Guidance for effective practice:

  1. Acknowledge and build mathematics teaching upon the ideas of ākonga and their identities, cultures, and lived experiences. 
    Tamsin has a year 7 class. She begins a unit of work on Movement and Position by asking students about how people in their whānau find their way to places they have not been to before.

    Her students offer many scenarios of navigation, such as using the mobile phone (GPS), or a tool like Navman or TomTom, reading a map, using landmarks like the Skytower or a maunga, or asking a person for directions. One student retells the story of having to phone a relative to find out how to get to their place. The discussion is rich.

    Tamsin: We certainly have a lot of help to find our way nowadays. How did our ancestors find their way to Aotearoa/New Zealand in the first place?
    Students suggest ways that Polynesian and European explorers may have found their way, including using the stars, and sailing around until they found land.
    Tamsin: Let’s watch a short television programme about how Polynesian people first sailed to Aotearoa.

    She plays a four-minute segment of Te mana o te moana: The Pacific Voyagers from Educational TV (47:10-51:20). The programme discusses how about 1300AD Polynesian explorers used the sun and stars, ocean currents, prevailing winds, and sea birds to locate land.

    Her students are enthused and investigate different ways that people around the world find their way. They find out that most main roads in New Zealand follow historic Māori walking tracks and use rivers and passes through mountain ranges.

    In doing so Tamsin builds on the lived experiences of her students and contextualises the theme of navigation in the histories of their ancestors. She openly values diverse ideas about movement and position (see Meaney, Trinick, & Fairhall, 2013, for more on culture being internal to curriculum).
     
  2. Notice and act upon partial knowledge constructions and misconceptions of your ākonga.
    Mandy works with Tai, a year 2 student, on early place value. Tai creates bundles of ten iceblock sticks, using rubber bands. He has loose sticks, as well.

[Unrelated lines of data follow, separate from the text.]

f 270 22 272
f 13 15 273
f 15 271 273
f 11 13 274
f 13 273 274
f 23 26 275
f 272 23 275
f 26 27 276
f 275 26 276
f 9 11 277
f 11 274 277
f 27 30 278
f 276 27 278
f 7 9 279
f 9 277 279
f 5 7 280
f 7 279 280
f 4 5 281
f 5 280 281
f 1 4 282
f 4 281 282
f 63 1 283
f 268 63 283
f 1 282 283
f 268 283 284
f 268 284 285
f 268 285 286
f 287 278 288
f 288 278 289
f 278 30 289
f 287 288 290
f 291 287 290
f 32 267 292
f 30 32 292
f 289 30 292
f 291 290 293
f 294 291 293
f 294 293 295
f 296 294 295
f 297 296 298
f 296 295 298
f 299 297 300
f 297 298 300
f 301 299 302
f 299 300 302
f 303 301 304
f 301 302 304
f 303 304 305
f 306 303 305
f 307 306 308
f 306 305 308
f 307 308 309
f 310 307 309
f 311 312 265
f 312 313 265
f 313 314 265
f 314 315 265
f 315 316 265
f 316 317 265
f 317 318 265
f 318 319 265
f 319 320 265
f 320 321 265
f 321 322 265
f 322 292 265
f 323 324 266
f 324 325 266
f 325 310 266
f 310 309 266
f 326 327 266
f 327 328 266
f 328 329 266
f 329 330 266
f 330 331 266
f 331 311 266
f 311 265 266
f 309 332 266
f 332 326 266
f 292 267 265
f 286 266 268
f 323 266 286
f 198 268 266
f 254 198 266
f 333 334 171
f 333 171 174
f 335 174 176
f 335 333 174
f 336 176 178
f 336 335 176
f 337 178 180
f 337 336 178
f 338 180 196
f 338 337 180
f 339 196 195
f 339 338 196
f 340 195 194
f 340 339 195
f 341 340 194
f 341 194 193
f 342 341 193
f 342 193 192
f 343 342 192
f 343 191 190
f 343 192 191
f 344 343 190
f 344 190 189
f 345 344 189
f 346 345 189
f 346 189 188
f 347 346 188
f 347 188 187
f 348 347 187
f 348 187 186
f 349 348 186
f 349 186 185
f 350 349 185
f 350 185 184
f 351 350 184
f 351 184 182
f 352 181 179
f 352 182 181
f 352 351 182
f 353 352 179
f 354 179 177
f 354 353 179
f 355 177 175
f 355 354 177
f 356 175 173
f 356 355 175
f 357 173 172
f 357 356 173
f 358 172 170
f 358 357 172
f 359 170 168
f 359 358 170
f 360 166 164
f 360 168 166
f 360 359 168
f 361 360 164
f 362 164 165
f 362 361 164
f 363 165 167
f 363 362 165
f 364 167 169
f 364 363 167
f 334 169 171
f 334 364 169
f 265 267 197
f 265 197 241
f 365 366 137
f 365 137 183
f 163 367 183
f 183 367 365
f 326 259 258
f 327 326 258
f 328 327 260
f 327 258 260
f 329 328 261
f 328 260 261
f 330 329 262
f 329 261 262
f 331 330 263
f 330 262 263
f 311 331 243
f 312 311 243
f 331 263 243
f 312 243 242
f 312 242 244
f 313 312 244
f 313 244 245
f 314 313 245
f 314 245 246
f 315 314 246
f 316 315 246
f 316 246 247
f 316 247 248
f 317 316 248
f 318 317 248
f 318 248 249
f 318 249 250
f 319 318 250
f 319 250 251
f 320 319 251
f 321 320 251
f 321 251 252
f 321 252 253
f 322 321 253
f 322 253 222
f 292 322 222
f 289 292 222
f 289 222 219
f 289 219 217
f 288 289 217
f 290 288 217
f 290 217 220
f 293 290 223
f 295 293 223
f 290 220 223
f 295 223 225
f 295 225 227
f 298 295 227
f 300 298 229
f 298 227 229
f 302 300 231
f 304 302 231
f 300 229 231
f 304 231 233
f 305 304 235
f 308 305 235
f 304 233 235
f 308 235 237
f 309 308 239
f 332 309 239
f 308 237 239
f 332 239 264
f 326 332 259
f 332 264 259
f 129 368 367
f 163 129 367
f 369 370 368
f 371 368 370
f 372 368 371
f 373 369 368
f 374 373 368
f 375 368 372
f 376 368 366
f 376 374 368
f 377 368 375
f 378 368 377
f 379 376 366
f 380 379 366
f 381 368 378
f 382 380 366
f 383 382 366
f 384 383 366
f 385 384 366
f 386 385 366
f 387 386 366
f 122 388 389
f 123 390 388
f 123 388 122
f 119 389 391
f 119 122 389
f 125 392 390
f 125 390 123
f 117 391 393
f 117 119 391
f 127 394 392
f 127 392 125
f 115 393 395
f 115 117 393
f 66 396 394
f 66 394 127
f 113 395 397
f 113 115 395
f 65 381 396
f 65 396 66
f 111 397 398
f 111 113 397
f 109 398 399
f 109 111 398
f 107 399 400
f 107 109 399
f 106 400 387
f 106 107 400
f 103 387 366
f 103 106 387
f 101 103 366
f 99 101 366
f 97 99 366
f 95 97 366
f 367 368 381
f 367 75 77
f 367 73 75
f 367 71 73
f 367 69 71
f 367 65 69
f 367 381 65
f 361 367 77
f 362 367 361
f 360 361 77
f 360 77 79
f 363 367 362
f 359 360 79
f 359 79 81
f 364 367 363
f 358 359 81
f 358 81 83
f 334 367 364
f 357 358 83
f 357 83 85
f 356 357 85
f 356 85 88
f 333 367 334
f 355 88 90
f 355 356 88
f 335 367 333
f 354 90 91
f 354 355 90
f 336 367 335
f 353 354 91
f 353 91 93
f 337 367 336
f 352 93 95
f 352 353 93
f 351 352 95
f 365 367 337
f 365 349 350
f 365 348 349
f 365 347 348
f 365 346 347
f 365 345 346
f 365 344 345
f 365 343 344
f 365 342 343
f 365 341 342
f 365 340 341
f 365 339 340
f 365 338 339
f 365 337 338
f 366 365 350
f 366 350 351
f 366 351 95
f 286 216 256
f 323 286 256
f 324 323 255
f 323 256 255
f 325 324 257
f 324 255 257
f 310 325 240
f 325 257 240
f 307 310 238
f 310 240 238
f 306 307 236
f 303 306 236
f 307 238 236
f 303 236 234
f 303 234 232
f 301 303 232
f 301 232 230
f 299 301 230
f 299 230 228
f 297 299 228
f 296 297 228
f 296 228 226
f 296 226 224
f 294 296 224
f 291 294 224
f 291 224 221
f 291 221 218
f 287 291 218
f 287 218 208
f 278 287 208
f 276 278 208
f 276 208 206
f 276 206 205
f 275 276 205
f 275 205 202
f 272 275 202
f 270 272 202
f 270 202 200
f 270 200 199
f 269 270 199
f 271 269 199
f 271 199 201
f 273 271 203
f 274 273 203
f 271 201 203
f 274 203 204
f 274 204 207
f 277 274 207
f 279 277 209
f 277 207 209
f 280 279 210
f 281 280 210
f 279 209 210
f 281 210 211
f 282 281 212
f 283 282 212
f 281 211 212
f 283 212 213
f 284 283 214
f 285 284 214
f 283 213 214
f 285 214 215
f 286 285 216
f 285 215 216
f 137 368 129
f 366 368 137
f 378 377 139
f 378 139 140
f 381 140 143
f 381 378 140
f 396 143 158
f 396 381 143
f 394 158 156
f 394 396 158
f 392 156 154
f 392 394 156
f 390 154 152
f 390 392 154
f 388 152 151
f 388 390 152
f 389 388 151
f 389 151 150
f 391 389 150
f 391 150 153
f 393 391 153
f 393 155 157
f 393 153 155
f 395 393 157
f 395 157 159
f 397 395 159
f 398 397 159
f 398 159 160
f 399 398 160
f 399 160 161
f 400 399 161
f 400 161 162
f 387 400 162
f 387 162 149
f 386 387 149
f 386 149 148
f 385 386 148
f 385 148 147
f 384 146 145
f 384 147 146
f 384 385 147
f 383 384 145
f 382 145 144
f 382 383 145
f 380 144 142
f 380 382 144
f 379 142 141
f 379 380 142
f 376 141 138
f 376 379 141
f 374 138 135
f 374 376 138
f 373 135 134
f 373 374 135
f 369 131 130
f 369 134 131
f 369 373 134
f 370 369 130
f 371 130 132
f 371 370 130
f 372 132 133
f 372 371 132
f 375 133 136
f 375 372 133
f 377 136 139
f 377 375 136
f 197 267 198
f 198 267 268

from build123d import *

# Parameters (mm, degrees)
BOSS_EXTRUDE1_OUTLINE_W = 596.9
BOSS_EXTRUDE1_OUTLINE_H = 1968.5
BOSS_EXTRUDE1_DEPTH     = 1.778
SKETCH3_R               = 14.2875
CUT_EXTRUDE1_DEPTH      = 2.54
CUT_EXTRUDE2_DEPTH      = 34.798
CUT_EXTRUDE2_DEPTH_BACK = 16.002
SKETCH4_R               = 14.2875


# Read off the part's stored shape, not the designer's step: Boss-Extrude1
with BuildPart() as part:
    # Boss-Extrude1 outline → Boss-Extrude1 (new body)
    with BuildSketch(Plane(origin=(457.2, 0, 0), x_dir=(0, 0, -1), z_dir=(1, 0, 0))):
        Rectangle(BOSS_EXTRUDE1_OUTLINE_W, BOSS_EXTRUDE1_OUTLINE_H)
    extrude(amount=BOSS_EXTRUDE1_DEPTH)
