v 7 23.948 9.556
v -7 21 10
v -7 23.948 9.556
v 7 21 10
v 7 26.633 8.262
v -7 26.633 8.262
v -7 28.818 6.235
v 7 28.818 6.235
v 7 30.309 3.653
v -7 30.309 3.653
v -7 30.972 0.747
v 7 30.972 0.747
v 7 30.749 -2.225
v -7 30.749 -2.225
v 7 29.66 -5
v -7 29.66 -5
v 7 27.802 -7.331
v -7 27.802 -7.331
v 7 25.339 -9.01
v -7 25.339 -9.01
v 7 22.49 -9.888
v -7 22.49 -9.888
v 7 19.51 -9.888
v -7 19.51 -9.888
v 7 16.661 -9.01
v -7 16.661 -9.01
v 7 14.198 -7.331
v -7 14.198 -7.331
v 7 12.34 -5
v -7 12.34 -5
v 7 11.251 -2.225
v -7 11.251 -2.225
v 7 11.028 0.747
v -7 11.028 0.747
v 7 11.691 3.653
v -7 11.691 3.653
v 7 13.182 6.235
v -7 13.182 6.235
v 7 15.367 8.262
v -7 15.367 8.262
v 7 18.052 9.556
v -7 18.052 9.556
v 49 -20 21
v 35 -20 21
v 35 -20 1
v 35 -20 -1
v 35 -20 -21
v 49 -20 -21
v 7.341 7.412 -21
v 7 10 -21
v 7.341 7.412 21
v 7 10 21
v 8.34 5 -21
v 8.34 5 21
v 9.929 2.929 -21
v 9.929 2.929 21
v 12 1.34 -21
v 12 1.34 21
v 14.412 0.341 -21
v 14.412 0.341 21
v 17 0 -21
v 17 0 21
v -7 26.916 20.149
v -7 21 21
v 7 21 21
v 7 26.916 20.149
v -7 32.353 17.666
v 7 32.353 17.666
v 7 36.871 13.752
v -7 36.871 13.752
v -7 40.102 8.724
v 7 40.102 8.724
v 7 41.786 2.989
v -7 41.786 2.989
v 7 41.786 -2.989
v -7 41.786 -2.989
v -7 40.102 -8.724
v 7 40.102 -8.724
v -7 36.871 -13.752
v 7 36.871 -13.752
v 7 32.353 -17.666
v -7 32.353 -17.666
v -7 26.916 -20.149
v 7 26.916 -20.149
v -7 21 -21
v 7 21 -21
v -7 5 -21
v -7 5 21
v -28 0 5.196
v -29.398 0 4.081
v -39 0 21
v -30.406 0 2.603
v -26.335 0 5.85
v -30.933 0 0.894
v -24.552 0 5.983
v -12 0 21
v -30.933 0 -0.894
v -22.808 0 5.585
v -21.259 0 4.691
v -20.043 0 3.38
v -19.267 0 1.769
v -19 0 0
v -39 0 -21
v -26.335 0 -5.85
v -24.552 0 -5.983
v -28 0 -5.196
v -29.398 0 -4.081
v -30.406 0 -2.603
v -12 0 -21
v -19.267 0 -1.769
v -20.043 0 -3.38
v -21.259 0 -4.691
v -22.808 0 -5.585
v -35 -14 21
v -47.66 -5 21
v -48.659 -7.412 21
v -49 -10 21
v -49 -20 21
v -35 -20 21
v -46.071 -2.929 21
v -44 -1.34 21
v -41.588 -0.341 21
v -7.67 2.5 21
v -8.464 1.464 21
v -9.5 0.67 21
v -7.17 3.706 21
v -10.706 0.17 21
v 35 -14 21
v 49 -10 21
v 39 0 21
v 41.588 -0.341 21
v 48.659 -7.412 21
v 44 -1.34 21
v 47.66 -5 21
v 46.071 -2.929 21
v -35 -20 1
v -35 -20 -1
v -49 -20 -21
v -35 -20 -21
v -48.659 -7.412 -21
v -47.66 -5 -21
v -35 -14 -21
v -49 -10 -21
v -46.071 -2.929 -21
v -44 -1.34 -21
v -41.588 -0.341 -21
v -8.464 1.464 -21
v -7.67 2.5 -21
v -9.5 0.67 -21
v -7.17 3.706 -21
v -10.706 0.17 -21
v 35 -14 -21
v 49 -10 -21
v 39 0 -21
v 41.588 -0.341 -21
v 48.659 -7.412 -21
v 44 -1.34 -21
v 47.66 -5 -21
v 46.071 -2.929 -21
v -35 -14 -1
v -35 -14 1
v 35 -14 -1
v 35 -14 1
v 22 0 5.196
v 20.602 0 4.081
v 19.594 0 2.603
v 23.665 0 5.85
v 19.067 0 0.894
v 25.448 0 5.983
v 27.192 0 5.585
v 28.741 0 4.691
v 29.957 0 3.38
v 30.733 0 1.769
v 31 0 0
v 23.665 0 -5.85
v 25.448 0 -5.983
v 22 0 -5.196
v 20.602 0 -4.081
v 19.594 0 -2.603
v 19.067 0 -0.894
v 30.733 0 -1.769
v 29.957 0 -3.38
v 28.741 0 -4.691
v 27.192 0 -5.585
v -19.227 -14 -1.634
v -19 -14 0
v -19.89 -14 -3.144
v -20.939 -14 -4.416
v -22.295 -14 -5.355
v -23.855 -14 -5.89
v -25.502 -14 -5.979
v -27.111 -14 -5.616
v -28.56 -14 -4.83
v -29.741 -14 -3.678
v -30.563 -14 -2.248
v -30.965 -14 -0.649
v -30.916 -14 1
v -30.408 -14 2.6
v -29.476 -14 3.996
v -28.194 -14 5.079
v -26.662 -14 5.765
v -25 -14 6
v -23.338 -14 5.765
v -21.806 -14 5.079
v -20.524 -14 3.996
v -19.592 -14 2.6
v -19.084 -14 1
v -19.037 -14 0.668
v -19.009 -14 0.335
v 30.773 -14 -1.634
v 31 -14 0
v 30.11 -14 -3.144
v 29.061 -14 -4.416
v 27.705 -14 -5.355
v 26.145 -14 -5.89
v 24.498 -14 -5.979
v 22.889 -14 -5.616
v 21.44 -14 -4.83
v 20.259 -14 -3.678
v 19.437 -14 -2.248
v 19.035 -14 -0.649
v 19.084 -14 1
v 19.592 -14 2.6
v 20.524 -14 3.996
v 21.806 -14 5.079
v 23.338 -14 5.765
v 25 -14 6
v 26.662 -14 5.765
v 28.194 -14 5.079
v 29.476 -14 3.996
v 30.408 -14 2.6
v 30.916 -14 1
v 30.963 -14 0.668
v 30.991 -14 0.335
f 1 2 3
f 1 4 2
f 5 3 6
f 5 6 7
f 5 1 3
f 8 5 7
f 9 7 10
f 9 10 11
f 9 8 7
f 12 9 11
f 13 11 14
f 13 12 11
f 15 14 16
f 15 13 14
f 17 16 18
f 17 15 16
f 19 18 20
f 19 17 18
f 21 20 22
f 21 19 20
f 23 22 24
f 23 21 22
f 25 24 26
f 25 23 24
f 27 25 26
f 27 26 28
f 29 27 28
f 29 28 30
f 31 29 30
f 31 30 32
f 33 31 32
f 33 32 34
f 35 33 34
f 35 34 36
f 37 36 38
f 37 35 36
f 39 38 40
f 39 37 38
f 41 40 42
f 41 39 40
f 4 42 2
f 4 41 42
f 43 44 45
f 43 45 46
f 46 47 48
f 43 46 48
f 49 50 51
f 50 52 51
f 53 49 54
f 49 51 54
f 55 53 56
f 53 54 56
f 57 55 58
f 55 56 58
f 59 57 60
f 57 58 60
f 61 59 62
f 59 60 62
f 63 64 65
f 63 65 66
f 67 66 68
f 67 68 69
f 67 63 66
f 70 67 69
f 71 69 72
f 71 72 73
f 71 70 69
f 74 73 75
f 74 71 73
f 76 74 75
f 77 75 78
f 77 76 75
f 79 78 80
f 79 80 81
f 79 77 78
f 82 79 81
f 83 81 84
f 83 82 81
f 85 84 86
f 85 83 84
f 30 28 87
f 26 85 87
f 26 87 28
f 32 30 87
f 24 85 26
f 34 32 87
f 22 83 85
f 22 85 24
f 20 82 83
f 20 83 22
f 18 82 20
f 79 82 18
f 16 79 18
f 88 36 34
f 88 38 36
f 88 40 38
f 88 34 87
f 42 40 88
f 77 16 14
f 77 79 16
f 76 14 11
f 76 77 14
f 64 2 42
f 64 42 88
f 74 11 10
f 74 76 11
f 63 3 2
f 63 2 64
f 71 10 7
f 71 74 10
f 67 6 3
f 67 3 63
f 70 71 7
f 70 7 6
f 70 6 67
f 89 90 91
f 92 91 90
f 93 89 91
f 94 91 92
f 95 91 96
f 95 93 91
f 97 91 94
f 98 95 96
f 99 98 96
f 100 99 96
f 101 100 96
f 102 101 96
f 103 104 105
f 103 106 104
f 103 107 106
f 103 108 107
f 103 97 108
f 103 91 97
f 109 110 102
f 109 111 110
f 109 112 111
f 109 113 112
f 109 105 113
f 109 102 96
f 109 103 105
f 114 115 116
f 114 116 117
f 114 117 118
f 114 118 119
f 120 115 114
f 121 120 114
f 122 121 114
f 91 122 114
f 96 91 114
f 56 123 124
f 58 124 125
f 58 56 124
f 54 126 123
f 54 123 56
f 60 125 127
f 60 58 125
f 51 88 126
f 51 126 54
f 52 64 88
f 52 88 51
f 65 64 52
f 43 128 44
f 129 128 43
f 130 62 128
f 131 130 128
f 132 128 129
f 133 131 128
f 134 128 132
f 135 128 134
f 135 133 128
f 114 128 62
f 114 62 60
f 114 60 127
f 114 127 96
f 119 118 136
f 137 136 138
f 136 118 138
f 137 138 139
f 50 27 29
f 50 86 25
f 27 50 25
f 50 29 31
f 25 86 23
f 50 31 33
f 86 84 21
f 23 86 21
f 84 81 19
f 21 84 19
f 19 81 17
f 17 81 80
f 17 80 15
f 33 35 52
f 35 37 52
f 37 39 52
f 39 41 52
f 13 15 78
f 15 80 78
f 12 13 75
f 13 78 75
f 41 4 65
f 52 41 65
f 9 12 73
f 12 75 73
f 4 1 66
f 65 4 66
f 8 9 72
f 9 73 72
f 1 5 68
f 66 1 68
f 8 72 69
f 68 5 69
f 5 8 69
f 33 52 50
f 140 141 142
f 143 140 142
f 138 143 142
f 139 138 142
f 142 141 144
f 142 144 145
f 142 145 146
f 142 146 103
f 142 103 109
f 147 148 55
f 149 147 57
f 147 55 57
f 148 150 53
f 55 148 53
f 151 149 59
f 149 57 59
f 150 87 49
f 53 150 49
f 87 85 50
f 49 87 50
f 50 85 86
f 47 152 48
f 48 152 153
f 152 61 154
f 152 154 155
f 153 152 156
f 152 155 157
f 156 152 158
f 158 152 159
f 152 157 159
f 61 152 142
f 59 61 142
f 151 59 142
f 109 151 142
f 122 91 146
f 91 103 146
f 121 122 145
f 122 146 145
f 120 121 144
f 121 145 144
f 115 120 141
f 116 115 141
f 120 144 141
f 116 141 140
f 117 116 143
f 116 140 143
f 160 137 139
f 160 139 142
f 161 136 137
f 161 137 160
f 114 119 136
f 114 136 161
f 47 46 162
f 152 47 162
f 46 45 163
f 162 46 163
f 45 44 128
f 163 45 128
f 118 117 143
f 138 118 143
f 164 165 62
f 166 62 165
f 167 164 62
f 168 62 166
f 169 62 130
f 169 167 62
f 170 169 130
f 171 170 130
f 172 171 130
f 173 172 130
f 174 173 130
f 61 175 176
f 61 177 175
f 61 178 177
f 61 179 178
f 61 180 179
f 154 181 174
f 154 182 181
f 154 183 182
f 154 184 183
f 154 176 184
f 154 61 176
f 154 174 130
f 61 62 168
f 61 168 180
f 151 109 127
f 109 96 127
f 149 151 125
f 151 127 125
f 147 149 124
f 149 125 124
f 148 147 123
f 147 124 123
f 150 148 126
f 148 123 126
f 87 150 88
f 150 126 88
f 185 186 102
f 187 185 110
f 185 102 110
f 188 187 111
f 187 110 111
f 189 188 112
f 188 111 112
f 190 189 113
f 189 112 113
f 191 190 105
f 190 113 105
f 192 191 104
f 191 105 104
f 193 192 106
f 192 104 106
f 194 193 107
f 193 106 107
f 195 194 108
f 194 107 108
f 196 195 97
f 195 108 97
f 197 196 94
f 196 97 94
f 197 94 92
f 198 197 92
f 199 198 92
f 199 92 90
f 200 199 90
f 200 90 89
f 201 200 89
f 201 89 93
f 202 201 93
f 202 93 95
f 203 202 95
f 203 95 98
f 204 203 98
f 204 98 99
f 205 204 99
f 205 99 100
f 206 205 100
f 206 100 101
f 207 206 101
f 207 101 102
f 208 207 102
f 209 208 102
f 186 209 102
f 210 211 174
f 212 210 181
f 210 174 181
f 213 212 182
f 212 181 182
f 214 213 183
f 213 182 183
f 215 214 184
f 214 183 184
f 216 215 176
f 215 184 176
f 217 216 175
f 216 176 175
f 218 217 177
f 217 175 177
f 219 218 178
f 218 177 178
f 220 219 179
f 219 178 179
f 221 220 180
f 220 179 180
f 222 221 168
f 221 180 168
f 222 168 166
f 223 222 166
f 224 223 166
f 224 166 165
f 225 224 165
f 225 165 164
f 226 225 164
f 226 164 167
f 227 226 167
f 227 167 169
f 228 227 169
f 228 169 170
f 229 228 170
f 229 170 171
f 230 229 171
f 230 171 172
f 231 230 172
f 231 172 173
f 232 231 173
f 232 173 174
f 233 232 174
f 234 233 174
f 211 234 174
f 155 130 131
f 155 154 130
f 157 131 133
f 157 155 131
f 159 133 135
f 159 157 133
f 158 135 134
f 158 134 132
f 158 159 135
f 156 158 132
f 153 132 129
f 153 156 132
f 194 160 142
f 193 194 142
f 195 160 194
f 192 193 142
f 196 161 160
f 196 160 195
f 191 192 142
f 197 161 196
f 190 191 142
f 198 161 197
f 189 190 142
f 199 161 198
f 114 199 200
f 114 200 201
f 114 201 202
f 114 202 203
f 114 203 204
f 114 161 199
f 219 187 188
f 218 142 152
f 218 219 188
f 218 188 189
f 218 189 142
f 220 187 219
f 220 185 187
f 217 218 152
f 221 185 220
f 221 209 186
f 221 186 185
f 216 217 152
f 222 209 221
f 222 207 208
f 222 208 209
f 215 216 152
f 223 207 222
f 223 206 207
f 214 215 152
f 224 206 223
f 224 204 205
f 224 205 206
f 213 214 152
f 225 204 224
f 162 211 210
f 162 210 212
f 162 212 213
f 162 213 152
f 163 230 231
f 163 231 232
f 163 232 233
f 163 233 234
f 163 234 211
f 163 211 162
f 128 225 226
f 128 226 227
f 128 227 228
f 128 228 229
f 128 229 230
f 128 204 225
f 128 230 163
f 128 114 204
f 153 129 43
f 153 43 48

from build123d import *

# Parameters (mm, degrees)
SKETCH2_W           = 98
SKETCH2_H           = 42
SKETCH2_R           = 6
BOSS_EXTRUDE1_DEPTH = 20
SKETCH3_W           = 70
SKETCH3_H           = 6
CUT_EXTRUDE2_DEPTH  = 20
SKETCH4_W           = 70
SKETCH4_H           = 6
CUT_EXTRUDE3_DEPTH  = 20
SKETCH5_W           = 4.083920217
SKETCH5_H           = 6
CUT_EXTRUDE4_DEPTH  = 20
SKETCH6_W           = 4.083920217
SKETCH6_H           = 6
CUT_EXTRUDE5_DEPTH  = 20
SKETCH7_W           = 38.167840434
SKETCH7_H           = 6
CUT_EXTRUDE6_DEPTH  = 20
SKETCH8_R           = 10
BOSS_EXTRUDE2_DEPTH = 7
FILLET2_R           = 5
FILLET3_R           = 10


with BuildPart() as part:
    # Sketch2 → Boss-Extrude1 (new body)
    with BuildSketch(Plane(origin=(0, 0, 0), x_dir=(1, 0, 0), z_dir=(0, 1, 0))):
        Rectangle(SKETCH2_W, SKETCH2_H)
        with Locations((25, 0)):
            Circle(SKETCH2_R, mode=Mode.SUBTRACT)
        with Locations((-25, 0)):
            Circle(SKETCH2_R, mode=Mode.SUBTRACT)
    extrude(amount=-BOSS_EXTRUDE1_DEPTH)

    # Sketch3 → Cut-Extrude2 (cut)
    with BuildSketch(Plane.XY.offset(21)):
        with Locations((0, -17)):
            Rectangle(SKETCH3_W, SKETCH3_H)
    extrude(amount=-CUT_EXTRUDE2_DEPTH, mode=Mode.SUBTRACT)

    # Sketch4 → Cut-Extrude3 (cut)
    with BuildSketch(Plane(origin=(0, 0, -21), x_dir=(-1, 0, 0), z_dir=(0, 0, -1))):
        with Locations((0, -17)):
            Rectangle(SKETCH4_W, SKETCH4_H)
    extrude(amount=-CUT_EXTRUDE3_DEPTH, mode=Mode.SUBTRACT)

    # Sketch5 → Cut-Extrude4 (cut)
    with BuildSketch(Plane.XY.offset(1)):
        with Locations((32.958039892, -17)):
            Rectangle(SKETCH5_W, SKETCH5_H)
    extrude(amount=-CUT_EXTRUDE4_DEPTH, mode=Mode.SUBTRACT)

    # Sketch6 → Cut-Extrude5 (cut)
    with BuildSketch(Plane.XY.offset(1)):
        with Locations((-32.958039892, -17)):
            Rectangle(SKETCH6_W, SKETCH6_H)
    extrude(amount=-CUT_EXTRUDE5_DEPTH, mode=Mode.SUBTRACT)

    # Sketch7 → Cut-Extrude6 (cut)
    with BuildSketch(Plane.XY.offset(1)):
        with Locations((0, -17)):
            Rectangle(SKETCH7_W, SKETCH7_H)
    extrude(amount=-CUT_EXTRUDE6_DEPTH, mode=Mode.SUBTRACT)

    # Sketch8 → Boss-Extrude2 (add, symmetric)
    with BuildSketch(Plane.ZY):
        with BuildLine():
            Line((-21, 0), (21, 0))
            Line((21, 0), (21, 21))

    Mandy: Can you please give me forty iceblock sticks?
    Tai counts in tens putting a bundle in Mandy’s hand each time, “ten, twenty, thirty, forty.”
    Mandy: Thanks Tai. How many bundles did you give me? (keeping hand closed)
    Tai: Ahhh…
    Mandy: Take a look. How many bundles?
    Tai: Four

    Mandy notices that Tai’s focus is on counting in tens, not on how many tens are in the ‘-ty’ numbers (decades). He has a partial early conception of place value.
    Mandy might try two other decade numbers and see if Tai can generalize how many tens are in any ‘-ty’ number.
     
  3. Scaffold learning using strategies such as promoting interest, focusing attention, varying tasks, providing tools, and creating manageable goals. (Te ako poutama)
    Chad’s year 7 students are constructing cube models to match plan views (top, front, side) as part of an integrated unit on nzmaths called Cubic Conundrums.
    cube images

    He notices that some of his students start on a model, realise the model does not match the views, and pull it apart to start again.
    He suggests to students that the problem of getting all three views correct in one go may be too hard.
    Chad: Choose one view to get right. Which view is easiest?
    The students mostly opt for the satellite view and construct that correctly.
    Chad: Now try building onto your satellite view to get the front view correct, as well.
    The students obtain a correct front view and modify it to get the left view correct as well.

    Chad scaffolds the students’ learning, by supporting them to break a complex task into smaller sub-goals.